Telco was the fastest learner of the four. Before 15 years, Tata vehicles were over 95% indigenous. Sumant Moolgaokar, the company’s visionary leader, reminded Tata managers that they were not building a truck; they were building an industry. He called the new factory he designed in Pune a “learning factory”. There, Telco learnt from other foreign companies how to build sophisticated machine tools, and also built a research and development centre to design new models of trucks. The company had become so large in the domestic market that Moolgaokar feared it would become complacent. He insisted that Telco must export vehicles while it learned. It exported its products to over 50 countries, where it competed with the world’s best manufacturers. Its engineers were constantly on their toes, improving products. All this before 1991.

In the mid-1980s, Telco developed a pick-up truck, the Tatamobile. The Indian government persuaded it to explore the US market because it wanted to earn hard currency from exports. The Tatamobile seemed to have potential. A study revealed that the US had imposed a 25% duty on the import of pick-up trucks (which was surprising, considering that the US insisted on other countries reducing import duties). The US car market was being overrun by Japanese companies. Pick-up trucks were a protected segment of the market in which America’s big three automobile makers could make most of their profits.

Though costs in India were lower than in the US, a 25% hurdle was too high for the Tatamobile. The study revealed an opening, however, for Telco’s component suppliers. They could meet US quality standards. And they could export parts directly to US original equipment manufacturers, unencumbered by import duties. Many Indian parts producers built profitable export businesses, even acquiring factories in the US and Europe, and integrating operations with global supply chains.

Telco is now called Tata Motors and the principal lesson of this story is that industries are built by accelerated learning, with time-bound targets, not by unbridled free trade. Japan and South Korea built their impressive industrial capabilities in the last century, with industrial policies that pushed domestic firms to learn faster while connecting them opportunistically to export markets. China has followed the same path. In 1991, the concept of an “industrial policy” was declared taboo by the Washington Consensus, to which Indian economists were drawn, and time-bound localization programmes were rejected as policy instruments. China did not bend to the new rules of the game. It continued building its capabilities, often being accused of “stealing” technology whenever its firms learnt from their foreign partners.

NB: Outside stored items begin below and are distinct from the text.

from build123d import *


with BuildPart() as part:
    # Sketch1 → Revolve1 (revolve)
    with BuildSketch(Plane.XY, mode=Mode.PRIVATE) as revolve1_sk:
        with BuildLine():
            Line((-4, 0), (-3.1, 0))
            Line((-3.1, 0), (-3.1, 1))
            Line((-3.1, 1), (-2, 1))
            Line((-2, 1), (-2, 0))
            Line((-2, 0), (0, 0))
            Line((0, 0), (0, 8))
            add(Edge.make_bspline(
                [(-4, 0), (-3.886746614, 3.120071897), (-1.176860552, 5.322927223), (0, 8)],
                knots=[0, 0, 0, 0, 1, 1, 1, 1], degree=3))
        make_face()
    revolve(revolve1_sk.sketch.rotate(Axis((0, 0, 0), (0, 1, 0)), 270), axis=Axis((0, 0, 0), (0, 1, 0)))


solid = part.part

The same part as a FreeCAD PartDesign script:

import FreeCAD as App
import Part
import Sketcher
from FreeCAD import Vector
Q = App.Units.Quantity

doc = App.newDocument("Part")
params = doc.addObject("Spreadsheet::Sheet", "Params")
for row, (alias, value) in enumerate([
    ("sketch1_width", "2 mm"),
    ("sketch1_height", "1 mm"),
    ("sketch1_width2", "0.9 mm"),
    ("revolution_angle", "360 deg"),
], start=1):
    params.set(f"A{row}", alias)
    params.set(f"B{row}", "=" + value)
    params.setAlias(f"B{row}", alias)

body = doc.addObject("PartDesign::Body", "Body")

sketch1 = body.newObject("Sketcher::SketchObject", "Sketch")
sketch1.AttachmentSupport = (doc.getObject("XY_Plane"), [""])
sketch1.MapMode = "FlatFace"
sketch1.addGeometry(Part.LineSegment(Vector(-4, 0, 0), Vector(-3.1, 0, 0)), False)
sketch1.addGeometry(Part.LineSegment(Vector(-3.1, 0, 0), Vector(-3.1, 1, 0)), False)
sketch1.addGeometry(Part.LineSegment(Vector(-3.1, 1, 0), Vector(-2, 1, 0)), False)
sketch1.addGeometry(Part.LineSegment(Vector(-2, 1, 0), Vector(-2, 0, 0)), False)
sketch1.addGeometry(Part.LineSegment(Vector(-2, 0, 0), Vector(0, 0, 0)), False)
sketch1.addGeometry(Part.LineSegment(Vector(0, 0, 0), Vector(0, 8, 0)), False)
sketch1.addGeometry(Part.BSplineCurve([Vector(-4, 0, 0), Vector(-3.886747, 3.120072, 0), Vector(-1.176861, 5.322927, 0), Vector(0, 8, 0)], [4, 4], [0, 1], False, 3, [1, 1, 1, 1], False), False)
sketch1.addConstraint(Sketcher.Constraint("Block", 6))
sketch1.addConstraint(Sketcher.Constraint("Coincident", 0, 2, 1, 1))
sketch1.addConstraint(Sketcher.Constraint("Coincident", 1, 2, 2, 1))
sketch1.addConstraint(Sketcher.Constraint("Coincident", 2, 2, 3, 1))
sketch1.addConstraint(Sketcher.Constraint("Coincident", 3, 2, 4, 1))
sketch1.addConstraint(Sketcher.Constraint("Coincident", 4, 2, 5, 1))
sketch1.addConstraint(Sketcher.Constraint("Coincident", 5, 2, 6, 2))
sketch1.addConstraint(Sketcher.Constraint("Coincident", 6, 1, 0, 1))
sketch1.addConstraint(Sketcher.Constraint("Horizontal", 0))
sketch1.addConstraint(Sketcher.Constraint("Vertical", 1))
sketch1.addConstraint(Sketcher.Constraint("Horizontal", 2))
sketch1.addConstraint(Sketcher.Constraint("Vertical", 3))
sketch1.addConstraint(Sketcher.Constraint("Horizontal", 4))
sketch1.addConstraint(Sketcher.Constraint("Vertical", 5))
sketch1.addConstraint(Sketcher.Constraint("PointOnObject", 3, 2, -1))
sketch1.addConstraint(Sketcher.Constraint("DistanceX", 4, 1, 4, 2, Q("2 mm")))
sketch1.addConstraint(Sketcher.Constraint("DistanceY", 1, 1, 1, 2, Q("1 mm")))
sketch1.addConstraint(Sketcher.Constraint("DistanceX", 0, 1, 0, 2, Q("0.9 mm")))
sketch1.setExpression("Constraints[15]", "Params.sketch1_width")
sketch1.setExpression("Constraints[16]", "Params.sketch1_height")
sketch1.setExpression("Constraints[17]", "Params.sketch1_width2")
revolution = body.newObject("PartDesign::Revolution", "Revolution")
revolution.Profile = sketch1
revolution.ReferenceAxis = (sketch1, ["V_Axis"])
revolution.setExpression("Angle", "Params.revolution_angle")

doc.recompute()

Trade and industry must go hand-in-hand. The goal of building competitive industries must unite their policies. “Think local” must guide “think global”. Commerce and industry were always part of a single ministry in India because trade and industrial policy must work together. After 1991, when trade became more glamorous, the commerce wing in the ministry began to dominate even as the industry wing withered, tarnished by an old “protectionist” image.

Opening up markets to imports may satisfy Indian consumers, who can buy a greater variety of products less expensively. However, if Indians do not learn to produce more within the country, they will not be able to earn enough to buy the products on offer. Lack of decent employment is frustrating the aspirations of India’s youth. The touted “demographic dividend” is turning into a potential disaster due to the failure of industrial policy—in fact due to an ideological avoidance of it for too long.

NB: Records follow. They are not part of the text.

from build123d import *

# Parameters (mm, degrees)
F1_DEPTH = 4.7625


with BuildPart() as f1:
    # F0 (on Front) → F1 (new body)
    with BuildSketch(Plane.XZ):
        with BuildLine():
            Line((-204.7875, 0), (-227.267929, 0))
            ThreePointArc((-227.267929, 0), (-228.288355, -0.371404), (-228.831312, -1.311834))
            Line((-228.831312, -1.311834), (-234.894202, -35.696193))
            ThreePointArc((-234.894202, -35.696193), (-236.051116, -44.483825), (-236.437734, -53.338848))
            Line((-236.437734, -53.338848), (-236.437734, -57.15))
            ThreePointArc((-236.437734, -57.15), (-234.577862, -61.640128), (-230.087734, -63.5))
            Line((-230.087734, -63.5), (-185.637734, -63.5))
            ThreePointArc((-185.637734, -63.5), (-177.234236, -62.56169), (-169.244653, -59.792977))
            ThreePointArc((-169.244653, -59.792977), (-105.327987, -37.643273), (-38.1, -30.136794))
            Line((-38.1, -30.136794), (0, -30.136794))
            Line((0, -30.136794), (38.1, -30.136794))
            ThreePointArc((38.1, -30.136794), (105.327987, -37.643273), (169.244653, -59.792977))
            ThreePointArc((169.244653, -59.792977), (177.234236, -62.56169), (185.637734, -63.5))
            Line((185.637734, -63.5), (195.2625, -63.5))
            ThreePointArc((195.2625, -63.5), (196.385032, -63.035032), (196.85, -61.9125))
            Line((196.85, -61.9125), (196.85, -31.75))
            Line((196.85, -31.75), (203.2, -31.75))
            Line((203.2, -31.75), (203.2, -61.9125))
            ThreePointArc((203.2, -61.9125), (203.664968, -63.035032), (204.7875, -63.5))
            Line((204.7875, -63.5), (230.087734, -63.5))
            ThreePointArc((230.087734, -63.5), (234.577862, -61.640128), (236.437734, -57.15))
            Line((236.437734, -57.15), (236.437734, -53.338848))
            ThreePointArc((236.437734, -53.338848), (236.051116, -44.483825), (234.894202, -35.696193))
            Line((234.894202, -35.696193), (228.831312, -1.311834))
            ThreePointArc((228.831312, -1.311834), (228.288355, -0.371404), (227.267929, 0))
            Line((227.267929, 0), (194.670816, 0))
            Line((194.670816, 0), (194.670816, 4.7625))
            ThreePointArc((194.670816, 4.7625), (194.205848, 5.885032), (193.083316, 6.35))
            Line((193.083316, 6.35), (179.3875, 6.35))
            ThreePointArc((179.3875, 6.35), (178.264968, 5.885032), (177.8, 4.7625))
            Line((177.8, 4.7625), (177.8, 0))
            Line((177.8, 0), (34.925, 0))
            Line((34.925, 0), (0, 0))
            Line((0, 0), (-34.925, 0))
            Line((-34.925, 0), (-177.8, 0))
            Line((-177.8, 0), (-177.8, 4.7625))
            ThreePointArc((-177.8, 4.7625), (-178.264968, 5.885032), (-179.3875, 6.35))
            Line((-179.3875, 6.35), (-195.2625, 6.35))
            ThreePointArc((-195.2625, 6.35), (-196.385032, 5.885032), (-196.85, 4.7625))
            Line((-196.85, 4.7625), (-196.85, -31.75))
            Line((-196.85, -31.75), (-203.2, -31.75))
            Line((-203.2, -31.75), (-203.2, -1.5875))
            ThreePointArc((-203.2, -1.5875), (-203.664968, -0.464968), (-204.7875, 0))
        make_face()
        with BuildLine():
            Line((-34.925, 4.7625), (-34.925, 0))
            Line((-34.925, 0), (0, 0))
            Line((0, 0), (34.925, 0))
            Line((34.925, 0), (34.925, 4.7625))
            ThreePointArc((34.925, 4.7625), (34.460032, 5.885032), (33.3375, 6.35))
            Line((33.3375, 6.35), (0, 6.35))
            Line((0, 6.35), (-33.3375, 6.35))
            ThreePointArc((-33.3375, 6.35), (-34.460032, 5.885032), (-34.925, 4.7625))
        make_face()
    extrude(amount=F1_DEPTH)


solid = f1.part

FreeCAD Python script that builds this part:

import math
import FreeCAD as App
import Part
import Sketcher
from FreeCAD import Vector
Q = App.Units.Quantity

doc = App.newDocument("Part")
body = doc.addObject("PartDesign::Body", "Body")

# Sketch on XZ plane
sketch1 = body.newObject("Sketcher::SketchObject", "Sketch")
sketch1.AttachmentSupport = (doc.getObject("XZ_Plane"), [""])
sketch1.MapMode = "FlatFace"
sketch1.addGeometry(Part.LineSegment(Vector(-204.7875, 0, 0), Vector(-227.267929, 0, 0)), False)
sketch1.addGeometry(Part.ArcOfCircle(Part.Circle(Vector(-227.267931, -1.587499, 0), Vector(0, 0, 1), 1.587499), math.radians(89.99994), math.radians(170.000056)), False)
sketch1.addGeometry(Part.LineSegment(Vector(-228.831312, -1.311834, 0), Vector(-234.894202, -35.696193, 0)), False)
sketch1.addGeometry(Part.ArcOfCircle(Part.Circle(Vector(-134.837858, -53.338835, 0), Vector(0, 0, 1), 101.599876), math.radians(169.999995), math.radians(180.000007)), False)
sketch1.addGeometry(Part.LineSegment(Vector(-236.437734, -53.338848, 0), Vector(-236.437734, -57.15, 0)), False)
sketch1.addGeometry(Part.ArcOfCircle(Part.Circle(Vector(-230.087734, -57.15, 0), Vector(0, 0, 1), 6.35), math.radians(-179.999998), math.radians(-90.000002)), False)
sketch1.addGeometry(Part.LineSegment(Vector(-230.087734, -63.5, 0), Vector(-185.637734, -63.5, 0)), False)
sketch1.addGeometry(Part.ArcOfCircle(Part.Circle(Vector(-185.637735, -25.399998, 0), Vector(0, 0, 1), 38.100002), math.radians(-89.999998), math.radians(-64.515646)), False)
sketch1.addGeometry(Part.ArcOfCircle(Part.Circle(Vector(-38.099998, -334.936804, 0), Vector(0, 0, 1), 304.80001), math.radians(90), math.radians(115.484354)), False)
sketch1.addGeometry(Part.LineSegment(Vector(-38.1, -30.136794, 0), Vector(38.1, -30.136794, 0)), False)
sketch1.addGeometry(Part.ArcOfCircle(Part.Circle(Vector(38.099998, -334.936804, 0), Vector(0, 0, 1), 304.80001), math.radians(64.515646), math.radians(90)), False)
sketch1.addGeometry(Part.ArcOfCircle(Part.Circle(Vector(185.637735, -25.399998, 0), Vector(0, 0, 1), 38.100002), math.radians(-115.484354), math.radians(-90.000002)), False)
sketch1.addGeometry(Part.LineSegment(Vector(185.637734, -63.5, 0), Vector(195.2625, -63.5, 0)), False)
sketch1.addGeometry(Part.ArcOfCircle(Part.Circle(Vector(195.2625, -61.9125, 0), Vector(0, 0, 1), 1.5875), math.radians(-89.999998), math.radians(-0.000002)), False)
sketch1.addGeometry(Part.LineSegment(Vector(196.85, -61.9125, 0), Vector(196.85, -31.75, 0)), False)
sketch1.addGeometry(Part.LineSegment(Vector(196.85, -31.75, 0), Vector(203.2, -31.75, 0)), False)
sketch1.addGeometry(Part.LineSegment(Vector(203.2, -31.75, 0), Vector(203.2, -61.9125, 0)), False)
sketch1.addGeometry(Part.ArcOfCircle(Part.Circle(Vector(204.7875, -61.9125, 0), Vector(0, 0, 1), 1.5875), math.radians(-179.999998), math.radians(-90.000002)), False)
sketch1.addGeometry(Part.LineSegment(Vector(204.7875, -63.5, 0), Vector(230.087734, -63.5, 0)), False)
sketch1.addGeometry(Part.ArcOfCircle(Part.Circle(Vector(230.087734, -57.15, 0), Vector(0, 0, 1), 6.35), math.radians(-89.999998), math.radians(-0.000002)), False)
sketch1.addGeometry(Part.LineSegment(Vector(236.437734, -57.15, 0), Vector(236.437734, -53.338848, 0)), False)
sketch1.addGeometry(Part.ArcOfCircle(Part.Circle(Vector(134.837858, -53.338835, 0), Vector(0, 0, 1), 101.599876), math.radians(-0.000007), math.radians(10.000005)), False)
sketch1.addGeometry(Part.LineSegment(Vector(234.894202, -35.696193, 0), Vector(228.831312, -1.311834, 0)), False)
sketch1.addGeometry(Part.ArcOfCircle(Part.Circle(Vector(227.267931, -1.587499, 0), Vector(0, 0, 1), 1.587499), math.radians(9.999944), math.radians(90.00006)), False)
sketch1.addGeometry(Part.LineSegment(Vector(227.267929, 0, 0), Vector(194.670816, 0, 0)), False)
sketch1.addGeometry(Part.LineSegment(Vector(194.670816, 0, 0), Vector(194.670816, 4.7625, 0)), False)
sketch1.addGeometry(Part.ArcOfCircle(Part.Circle(Vector(193.083316, 4.7625, 0), Vector(0, 0, 1), 1.5875), math.radians(0.000002), math.radians(89.999998)), False)
sketch1.addGeometry(Part.LineSegment(Vector(193.083316, 6.35, 0), Vector(179.3875, 6.35, 0)), False)
sketch1.addGeometry(Part.ArcOfCircle(Part.Circle(Vector(179.3875, 4.7625, 0), Vector(0, 0, 1), 1.5875), math.radians(90.000002), math.radians(179.999998)), False)
sketch1.addGeometry(Part.LineSegment(Vector(177.8, 4.7625, 0), Vector(177.8, 0, 0)), False)
sketch1.addGeometry(Part.LineSegment(Vector(177.8, 0, 0), Vector(34.925, 0, 0)), False)
sketch1.addGeometry(Part.LineSegment(Vector(34.925, 0, 0), Vector(34.925, 4.7625, 0)), False)
sketch1.addGeometry(Part.ArcOfCircle(Part.Circle(Vector(33.3375, 4.7625, 0), Vector(0, 0, 1), 1.5875), math.radians(0.000002), math.radians(89.999998)), False)
sketch1.addGeometry(Part.LineSegment(Vector(33.3375, 6.35, 0), Vector(-33.3375, 6.35, 0)), False)
sketch1.addGeometry(Part.ArcOfCircle(Part.Circle(Vector(-33.3375, 4.7625, 0), Vector(0, 0, 1), 1.5875), math.radians(90.000002), math.radians(179.999998)), False)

Industrialization is a process by which firms acquire capabilities. For this, many policies must be integrated—on trade, skills, technology, employment, etc. The goal uniting all must be the creation of more opportunities for young Indians to learn and earn in enterprises within India. For this, India’s policymakers and industry builders must nurture the most abundant resource that India has, which is its large number of young people. They are assets who can increase their own value if they are provided environments in which they can earn and learn faster.

India needs many more “learning factories”, and more “learning clusters” of enterprises. This is among the lessons to be learnt from other countries and India’s own history.